Сердце Бриедиса невольно дрогнуло. «Мина – Мила», – пронеслось в голове. «Черт, Соня, – сказал он себе, – твой «Дракула» просто как гвоздь в мозгу!»
– Да, вы угадали, я явился для более детального дознания.
– Тогда мне есть что вам сказать. В вечер убийства я была сама не своя, не смогла и пары слов связать по делу. – Она повернулась к директору и попросила разрешения отойти в фойе.
– Мы были хорошие подруги. Она ходила на все мои спектакли, – начала Даце-Доротея, вынув длинный мундштук и заправив в него тонкую папироску. – Она искала в толпе лица. Вы же понимаете, «художник», – сделала актриса акцент на мужском роде этого слова, произнеся его по-русски, – это наблюдатель, искатель, поэт и охотник за прекрасным. Она писала грифелем в своем альбоме: делает три наброска, бросает, если не выходит, но если получалось, то сразу. Вы видели ее работы?
– Мельком, – ответил пристав, мысленно отругав себя, что отправил на квартиру к художнице безответственного Гурко, который, как оказалось, не доносил до начальства некоторые сведения и документы.
– Посмотрите внимательней. Возможно, она писала и «его» портрет…
Бриедис насторожился – Даце опять сделала ударение, вновь сойдя на русский. Казалось, она говорила по-латышски нарочно, чтобы подчеркнуть свою позицию, а русский для нее был языком выражения особенных смыслов. Доротея Штейнберг закончила русскую гимназию, и когда объясняться на латышском становилось сложно, она обращалась к языку своих учителей.
– Год назад, поздней весной, почти летом, она вдруг переменилась. Стала такой… парящей, воздушной. Потом эти наряды, украшения, исчезновения. Словом, влюбилась. – Акментиня протянула Бриедису коробок, каким-то чрезмерным, фривольным движением головы попросив огня.
– Кто был тот счастливчик? – спросил пристав, чиркнув спичкой.
– Этого никто не знает. – Даце наклонилась прикурить. – Но человек этот очень и очень une personne importante[5]. Ходили слухи, что Суровцев, но тот умер, и все невольно ахнули, ведь она и бровью не повела, когда объявили прошлой осенью о кончине губернатора.
– Вы говорите «все». Вся ваша труппа водила знакомство с Камиллой Бошан?
– Она была членом художественной комиссии, здесь же, в здании, невольно пересекались, были знакомы, встречались на мероприятиях. В общем, да, она водила с нами со всеми крепкое знакомство, а Берта, которую все знают под именем Граудиня, даже позировала ей обнаженной.
– Значит, Камилла часто бывала в этом здании?
– Часто. Она ведь только на четверть француженка, ее бабка жила в Париже. А так Мила, – актриса выпустила густую струю дыма в сторону, – душой была чистая латышка и очень болела за латышскую культуру города и латышский язык.
– Кто тот человек personne importante, который, по вашему мнению, вскружил ей голову летом прошлого года?

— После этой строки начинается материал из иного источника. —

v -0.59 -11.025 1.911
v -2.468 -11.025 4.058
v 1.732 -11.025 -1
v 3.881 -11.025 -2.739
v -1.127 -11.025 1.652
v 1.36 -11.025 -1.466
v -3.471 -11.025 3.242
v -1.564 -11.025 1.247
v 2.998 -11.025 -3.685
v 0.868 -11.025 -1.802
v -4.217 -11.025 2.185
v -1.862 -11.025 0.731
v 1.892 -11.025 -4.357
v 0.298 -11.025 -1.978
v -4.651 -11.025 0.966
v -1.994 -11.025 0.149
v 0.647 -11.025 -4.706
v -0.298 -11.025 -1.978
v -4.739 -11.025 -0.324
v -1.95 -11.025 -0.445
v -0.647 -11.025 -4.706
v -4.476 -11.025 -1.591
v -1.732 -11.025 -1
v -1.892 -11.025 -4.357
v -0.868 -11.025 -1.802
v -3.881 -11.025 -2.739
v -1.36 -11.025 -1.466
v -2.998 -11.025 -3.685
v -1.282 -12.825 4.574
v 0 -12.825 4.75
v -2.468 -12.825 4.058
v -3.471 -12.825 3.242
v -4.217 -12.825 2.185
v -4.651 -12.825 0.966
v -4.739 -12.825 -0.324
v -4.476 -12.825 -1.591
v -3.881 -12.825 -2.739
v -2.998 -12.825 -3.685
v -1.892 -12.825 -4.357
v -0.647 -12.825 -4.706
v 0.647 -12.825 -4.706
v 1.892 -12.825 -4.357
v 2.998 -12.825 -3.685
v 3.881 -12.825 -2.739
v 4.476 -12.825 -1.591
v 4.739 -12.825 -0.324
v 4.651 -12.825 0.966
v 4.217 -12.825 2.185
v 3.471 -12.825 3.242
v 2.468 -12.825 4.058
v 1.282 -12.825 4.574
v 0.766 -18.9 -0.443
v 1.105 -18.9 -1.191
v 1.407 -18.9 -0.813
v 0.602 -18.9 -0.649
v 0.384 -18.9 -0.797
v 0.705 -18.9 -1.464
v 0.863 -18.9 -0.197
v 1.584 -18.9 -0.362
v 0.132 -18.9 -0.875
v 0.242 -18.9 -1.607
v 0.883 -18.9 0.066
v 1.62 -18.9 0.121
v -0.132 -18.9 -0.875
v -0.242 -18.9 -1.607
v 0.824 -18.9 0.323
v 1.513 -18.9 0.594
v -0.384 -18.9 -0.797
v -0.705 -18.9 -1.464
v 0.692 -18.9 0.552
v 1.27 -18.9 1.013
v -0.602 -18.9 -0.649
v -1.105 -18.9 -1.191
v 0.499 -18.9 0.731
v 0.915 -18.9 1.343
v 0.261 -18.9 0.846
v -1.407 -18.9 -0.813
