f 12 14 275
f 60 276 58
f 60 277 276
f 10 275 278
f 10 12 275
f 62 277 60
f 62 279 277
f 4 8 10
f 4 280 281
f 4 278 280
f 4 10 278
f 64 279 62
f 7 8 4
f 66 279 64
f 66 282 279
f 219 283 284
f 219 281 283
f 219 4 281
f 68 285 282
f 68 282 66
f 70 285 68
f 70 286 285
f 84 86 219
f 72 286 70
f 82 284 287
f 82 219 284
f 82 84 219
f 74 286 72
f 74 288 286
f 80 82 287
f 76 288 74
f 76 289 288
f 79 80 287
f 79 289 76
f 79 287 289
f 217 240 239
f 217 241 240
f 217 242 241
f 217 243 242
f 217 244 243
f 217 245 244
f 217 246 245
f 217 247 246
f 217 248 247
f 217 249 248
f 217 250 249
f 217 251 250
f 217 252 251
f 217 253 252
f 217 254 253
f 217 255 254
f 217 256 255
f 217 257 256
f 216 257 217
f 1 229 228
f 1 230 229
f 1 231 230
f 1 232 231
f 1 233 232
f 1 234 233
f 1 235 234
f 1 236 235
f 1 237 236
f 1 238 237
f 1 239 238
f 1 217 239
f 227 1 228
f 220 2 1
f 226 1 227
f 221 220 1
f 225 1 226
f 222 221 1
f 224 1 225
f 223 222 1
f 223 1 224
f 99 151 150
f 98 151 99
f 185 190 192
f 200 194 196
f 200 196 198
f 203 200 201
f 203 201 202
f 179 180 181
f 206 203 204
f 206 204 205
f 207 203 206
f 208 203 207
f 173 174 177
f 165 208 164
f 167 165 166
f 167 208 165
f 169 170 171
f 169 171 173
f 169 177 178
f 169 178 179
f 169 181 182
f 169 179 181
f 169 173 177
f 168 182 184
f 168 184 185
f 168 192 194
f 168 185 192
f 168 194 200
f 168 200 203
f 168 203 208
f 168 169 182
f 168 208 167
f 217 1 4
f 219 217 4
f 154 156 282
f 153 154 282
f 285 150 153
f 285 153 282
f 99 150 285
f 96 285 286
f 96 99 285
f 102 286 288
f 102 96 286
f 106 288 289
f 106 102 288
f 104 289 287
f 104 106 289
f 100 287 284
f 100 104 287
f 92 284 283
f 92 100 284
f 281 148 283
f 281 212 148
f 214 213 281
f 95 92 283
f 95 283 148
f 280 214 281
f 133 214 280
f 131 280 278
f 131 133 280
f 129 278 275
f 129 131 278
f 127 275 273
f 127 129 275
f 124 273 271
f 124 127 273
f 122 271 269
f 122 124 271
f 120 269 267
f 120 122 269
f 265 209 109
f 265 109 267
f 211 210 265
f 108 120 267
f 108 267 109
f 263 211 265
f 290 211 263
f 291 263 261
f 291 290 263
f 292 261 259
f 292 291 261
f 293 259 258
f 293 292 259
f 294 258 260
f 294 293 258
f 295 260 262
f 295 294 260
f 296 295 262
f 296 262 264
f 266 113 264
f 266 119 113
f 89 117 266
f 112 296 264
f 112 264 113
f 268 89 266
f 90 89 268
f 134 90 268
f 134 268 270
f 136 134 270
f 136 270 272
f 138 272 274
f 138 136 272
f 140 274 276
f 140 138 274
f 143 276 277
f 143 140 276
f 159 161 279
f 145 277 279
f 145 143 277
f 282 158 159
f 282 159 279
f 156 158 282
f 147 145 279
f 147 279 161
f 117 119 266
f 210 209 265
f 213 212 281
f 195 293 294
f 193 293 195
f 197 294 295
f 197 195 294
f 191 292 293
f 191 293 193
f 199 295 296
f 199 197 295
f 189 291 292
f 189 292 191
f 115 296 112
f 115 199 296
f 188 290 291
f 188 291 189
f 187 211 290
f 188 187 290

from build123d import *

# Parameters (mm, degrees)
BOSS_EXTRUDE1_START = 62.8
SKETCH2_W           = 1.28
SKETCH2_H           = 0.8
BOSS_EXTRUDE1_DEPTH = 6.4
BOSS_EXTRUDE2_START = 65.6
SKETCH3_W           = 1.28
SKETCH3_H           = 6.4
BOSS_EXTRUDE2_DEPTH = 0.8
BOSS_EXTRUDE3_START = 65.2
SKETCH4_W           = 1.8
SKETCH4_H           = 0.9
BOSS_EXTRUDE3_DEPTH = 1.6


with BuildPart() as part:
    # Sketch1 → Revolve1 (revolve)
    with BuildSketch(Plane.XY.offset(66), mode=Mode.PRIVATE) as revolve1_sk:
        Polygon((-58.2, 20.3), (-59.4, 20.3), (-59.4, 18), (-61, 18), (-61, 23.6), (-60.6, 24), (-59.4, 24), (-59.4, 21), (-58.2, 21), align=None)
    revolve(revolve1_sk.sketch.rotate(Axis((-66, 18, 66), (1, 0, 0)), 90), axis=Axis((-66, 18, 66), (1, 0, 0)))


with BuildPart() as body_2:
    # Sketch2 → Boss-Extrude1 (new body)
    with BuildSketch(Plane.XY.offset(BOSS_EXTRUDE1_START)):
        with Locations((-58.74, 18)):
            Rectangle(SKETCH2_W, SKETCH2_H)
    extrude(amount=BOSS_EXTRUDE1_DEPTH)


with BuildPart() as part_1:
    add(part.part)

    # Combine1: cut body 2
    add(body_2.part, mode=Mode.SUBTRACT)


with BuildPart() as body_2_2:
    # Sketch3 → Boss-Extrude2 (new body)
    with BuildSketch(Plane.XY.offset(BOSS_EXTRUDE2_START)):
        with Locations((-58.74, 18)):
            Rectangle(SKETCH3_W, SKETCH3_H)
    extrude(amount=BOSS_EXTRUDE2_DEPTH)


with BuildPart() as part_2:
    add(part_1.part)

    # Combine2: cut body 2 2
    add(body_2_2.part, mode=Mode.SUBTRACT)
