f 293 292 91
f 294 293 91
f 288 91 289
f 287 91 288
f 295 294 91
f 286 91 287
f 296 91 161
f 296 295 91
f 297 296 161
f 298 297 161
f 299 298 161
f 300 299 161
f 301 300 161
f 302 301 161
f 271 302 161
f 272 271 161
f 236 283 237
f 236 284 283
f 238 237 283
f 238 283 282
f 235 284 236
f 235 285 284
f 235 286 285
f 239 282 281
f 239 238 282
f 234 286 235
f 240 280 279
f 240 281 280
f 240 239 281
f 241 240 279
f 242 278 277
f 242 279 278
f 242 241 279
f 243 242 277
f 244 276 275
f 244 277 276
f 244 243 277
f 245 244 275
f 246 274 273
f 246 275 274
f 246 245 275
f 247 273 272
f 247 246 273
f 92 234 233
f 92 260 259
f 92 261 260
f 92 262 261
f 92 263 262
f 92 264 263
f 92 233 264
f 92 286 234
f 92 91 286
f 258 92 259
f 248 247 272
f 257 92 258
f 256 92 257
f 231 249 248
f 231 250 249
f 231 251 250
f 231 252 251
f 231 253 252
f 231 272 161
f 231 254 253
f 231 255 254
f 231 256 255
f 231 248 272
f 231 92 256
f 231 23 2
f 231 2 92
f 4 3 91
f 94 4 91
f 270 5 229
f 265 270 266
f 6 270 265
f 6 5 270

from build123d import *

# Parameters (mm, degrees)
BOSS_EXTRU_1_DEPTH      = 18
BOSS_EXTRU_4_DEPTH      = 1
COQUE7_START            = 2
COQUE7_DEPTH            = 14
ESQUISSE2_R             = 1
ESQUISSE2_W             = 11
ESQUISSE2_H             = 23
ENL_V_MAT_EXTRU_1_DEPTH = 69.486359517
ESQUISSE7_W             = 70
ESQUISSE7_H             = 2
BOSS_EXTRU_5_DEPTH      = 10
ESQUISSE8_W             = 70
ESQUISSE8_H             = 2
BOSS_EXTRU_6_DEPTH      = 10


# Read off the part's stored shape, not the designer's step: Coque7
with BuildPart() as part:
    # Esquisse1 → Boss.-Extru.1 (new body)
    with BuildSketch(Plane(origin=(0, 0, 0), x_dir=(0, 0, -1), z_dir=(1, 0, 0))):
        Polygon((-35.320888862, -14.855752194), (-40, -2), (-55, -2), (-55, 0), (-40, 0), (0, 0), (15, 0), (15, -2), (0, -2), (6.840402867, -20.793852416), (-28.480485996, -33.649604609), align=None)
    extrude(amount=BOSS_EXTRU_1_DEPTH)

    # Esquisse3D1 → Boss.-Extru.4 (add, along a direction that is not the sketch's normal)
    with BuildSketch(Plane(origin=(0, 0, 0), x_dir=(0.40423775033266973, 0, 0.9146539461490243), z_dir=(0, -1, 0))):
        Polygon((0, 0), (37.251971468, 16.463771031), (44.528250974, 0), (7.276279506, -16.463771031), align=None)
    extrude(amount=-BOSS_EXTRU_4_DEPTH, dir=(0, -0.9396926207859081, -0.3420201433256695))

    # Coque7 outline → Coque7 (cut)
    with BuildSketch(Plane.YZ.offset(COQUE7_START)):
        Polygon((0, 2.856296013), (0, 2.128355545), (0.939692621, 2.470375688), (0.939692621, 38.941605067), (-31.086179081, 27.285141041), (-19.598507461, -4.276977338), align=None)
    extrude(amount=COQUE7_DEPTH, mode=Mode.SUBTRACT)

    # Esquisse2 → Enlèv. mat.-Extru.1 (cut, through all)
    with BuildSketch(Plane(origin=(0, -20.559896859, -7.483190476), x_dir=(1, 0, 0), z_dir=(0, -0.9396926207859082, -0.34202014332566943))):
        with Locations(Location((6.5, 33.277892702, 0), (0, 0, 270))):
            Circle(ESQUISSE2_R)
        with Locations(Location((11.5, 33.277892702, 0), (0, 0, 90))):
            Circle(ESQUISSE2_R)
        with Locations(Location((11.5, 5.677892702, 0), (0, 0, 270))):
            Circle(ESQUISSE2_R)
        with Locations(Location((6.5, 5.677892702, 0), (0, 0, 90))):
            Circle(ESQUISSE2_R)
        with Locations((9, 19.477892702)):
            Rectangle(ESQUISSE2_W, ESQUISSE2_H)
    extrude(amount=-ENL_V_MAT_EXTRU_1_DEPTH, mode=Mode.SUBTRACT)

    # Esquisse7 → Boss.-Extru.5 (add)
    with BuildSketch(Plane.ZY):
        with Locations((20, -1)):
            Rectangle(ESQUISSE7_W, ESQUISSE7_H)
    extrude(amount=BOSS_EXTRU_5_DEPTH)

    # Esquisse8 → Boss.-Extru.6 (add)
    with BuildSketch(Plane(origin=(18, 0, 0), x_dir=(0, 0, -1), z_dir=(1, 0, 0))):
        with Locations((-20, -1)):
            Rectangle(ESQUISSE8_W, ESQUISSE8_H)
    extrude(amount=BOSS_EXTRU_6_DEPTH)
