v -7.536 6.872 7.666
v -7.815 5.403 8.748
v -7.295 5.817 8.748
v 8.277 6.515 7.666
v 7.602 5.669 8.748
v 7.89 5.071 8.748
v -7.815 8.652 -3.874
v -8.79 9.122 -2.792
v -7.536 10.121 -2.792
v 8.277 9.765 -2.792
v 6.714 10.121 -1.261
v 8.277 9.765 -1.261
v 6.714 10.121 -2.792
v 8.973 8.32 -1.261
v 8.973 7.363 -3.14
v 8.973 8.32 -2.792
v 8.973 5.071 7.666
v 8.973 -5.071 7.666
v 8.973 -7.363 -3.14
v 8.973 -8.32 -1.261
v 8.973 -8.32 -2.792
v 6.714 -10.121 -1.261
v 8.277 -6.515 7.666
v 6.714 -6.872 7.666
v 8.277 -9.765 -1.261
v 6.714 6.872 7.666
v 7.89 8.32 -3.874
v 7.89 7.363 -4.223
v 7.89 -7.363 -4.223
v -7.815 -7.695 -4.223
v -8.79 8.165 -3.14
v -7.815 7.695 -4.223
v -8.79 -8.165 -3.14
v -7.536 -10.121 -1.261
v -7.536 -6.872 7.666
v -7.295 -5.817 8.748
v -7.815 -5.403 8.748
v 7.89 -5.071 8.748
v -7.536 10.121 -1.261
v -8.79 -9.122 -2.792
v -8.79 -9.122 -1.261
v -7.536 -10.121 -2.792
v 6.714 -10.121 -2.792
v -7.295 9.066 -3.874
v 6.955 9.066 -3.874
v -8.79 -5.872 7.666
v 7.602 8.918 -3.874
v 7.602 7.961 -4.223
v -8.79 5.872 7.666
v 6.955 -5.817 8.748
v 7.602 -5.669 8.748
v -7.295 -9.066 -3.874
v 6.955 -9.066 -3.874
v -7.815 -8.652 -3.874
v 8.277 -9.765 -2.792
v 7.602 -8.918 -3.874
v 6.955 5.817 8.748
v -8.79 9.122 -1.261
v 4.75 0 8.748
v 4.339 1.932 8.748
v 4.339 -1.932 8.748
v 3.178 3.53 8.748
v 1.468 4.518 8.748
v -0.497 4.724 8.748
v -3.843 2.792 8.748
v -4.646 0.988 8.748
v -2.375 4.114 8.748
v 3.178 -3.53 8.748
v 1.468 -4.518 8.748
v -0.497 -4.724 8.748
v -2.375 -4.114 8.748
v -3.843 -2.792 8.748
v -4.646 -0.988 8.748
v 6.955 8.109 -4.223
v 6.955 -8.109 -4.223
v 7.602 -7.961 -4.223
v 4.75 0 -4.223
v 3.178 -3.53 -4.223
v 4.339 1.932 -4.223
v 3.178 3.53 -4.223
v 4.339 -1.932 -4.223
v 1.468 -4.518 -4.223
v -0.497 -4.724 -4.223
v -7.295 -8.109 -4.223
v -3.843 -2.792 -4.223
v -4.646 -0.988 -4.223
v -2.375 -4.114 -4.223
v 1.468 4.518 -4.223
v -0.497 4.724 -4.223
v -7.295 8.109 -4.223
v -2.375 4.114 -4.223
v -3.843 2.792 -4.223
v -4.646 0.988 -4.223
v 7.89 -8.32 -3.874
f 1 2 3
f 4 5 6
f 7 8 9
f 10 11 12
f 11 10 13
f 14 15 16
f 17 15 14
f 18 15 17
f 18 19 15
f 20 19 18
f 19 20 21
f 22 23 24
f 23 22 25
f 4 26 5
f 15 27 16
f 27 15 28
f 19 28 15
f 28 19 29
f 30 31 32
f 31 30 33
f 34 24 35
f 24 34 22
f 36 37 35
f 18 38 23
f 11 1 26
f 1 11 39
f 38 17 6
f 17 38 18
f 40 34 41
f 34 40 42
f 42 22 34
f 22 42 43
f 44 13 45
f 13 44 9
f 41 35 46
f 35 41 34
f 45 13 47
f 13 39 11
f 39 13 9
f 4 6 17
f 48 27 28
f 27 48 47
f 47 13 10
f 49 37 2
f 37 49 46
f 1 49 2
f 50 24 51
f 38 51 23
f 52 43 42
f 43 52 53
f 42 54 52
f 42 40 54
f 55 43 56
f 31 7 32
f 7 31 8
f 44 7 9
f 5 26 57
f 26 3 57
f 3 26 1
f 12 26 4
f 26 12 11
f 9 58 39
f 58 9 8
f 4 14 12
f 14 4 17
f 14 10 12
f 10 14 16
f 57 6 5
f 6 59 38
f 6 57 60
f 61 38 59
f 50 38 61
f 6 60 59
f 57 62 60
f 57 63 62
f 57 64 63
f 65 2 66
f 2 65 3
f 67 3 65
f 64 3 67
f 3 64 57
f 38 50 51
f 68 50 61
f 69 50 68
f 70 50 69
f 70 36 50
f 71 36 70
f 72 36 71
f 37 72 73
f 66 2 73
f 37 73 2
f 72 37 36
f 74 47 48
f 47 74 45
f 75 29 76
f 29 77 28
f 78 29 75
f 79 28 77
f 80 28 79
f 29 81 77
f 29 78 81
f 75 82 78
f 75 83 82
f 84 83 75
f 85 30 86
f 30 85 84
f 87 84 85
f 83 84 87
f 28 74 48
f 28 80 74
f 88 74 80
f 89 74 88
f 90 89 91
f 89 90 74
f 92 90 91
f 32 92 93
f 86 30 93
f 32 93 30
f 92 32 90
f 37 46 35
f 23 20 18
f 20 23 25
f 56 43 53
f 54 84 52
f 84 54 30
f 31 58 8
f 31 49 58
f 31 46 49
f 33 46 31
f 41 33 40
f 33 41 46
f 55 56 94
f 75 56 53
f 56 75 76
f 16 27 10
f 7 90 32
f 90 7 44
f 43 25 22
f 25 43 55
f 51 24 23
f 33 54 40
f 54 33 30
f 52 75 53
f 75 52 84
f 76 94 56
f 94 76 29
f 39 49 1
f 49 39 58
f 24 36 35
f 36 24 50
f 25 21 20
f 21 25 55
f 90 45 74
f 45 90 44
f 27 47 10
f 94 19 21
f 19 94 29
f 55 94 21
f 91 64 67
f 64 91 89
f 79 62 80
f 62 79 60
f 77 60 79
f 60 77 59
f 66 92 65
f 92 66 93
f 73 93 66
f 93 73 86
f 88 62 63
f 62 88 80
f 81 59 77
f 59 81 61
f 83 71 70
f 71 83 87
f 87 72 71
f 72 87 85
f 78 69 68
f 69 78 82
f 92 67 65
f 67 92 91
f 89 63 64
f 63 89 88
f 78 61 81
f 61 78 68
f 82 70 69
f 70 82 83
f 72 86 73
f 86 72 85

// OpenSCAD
RodDiameter = 9.5; 


difference()
{
	minkowski()
	{
		hull()
		{
			difference()
			{
				union()
				{
					// This is for one side, adjust the a=20 to do a different angle
					rotate(a=20, v=[1,0,0]) translate ([0,RodDiameter/2,0]) cube([RodDiameter*1.5,RodDiameter/2,RodDiameter], center=true);
					// This is for the other side, adjust the a=-20 to do a different angle
					rotate(a=-20, v=[1,0,0]) translate ([0,-RodDiameter/2,0]) cube([RodDiameter*1.5,RodDiameter/2,RodDiameter], center=true);
				}
				translate([0,0,-RodDiameter*1.25]) cube(RodDiameter*2, RodDiameter*2, RodDiameter*2, center=true);
			}
	
		}
	 sphere(r=2);
	}
cylinder (r=RodDiameter/2, h = 100, center=true);
}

– Никто не знает, она не признавалась даже в том, что у нее кто-то был. Правда, последнее время много случалось разговоров о вас… Но не обижайтесь, дорогой пристав, в вас влюблена она не была, просто искала человека, за которого быстро и удобно выскочить замуж. Последние несколько недель она болела, и с ее таинственным покровителем имелся разлад. Она так ничего и не рассказала мне, своей подруге. Я могу лишь судить о том, что видела по ней, по ее манерам и поведению. Она вела себя как человек, внезапно осознавший ошибку и отчаянно пытавшийся ее исправить.
– Хорошо. – Бриедис вынул книжку и сделал пару отметок. – Во сколько началось представление в четверг 23 мая?
– Как всегда, в восемь вечера. Спектакли начинаются в восемь, если день будний. В выходные – в семь, по обыкновению.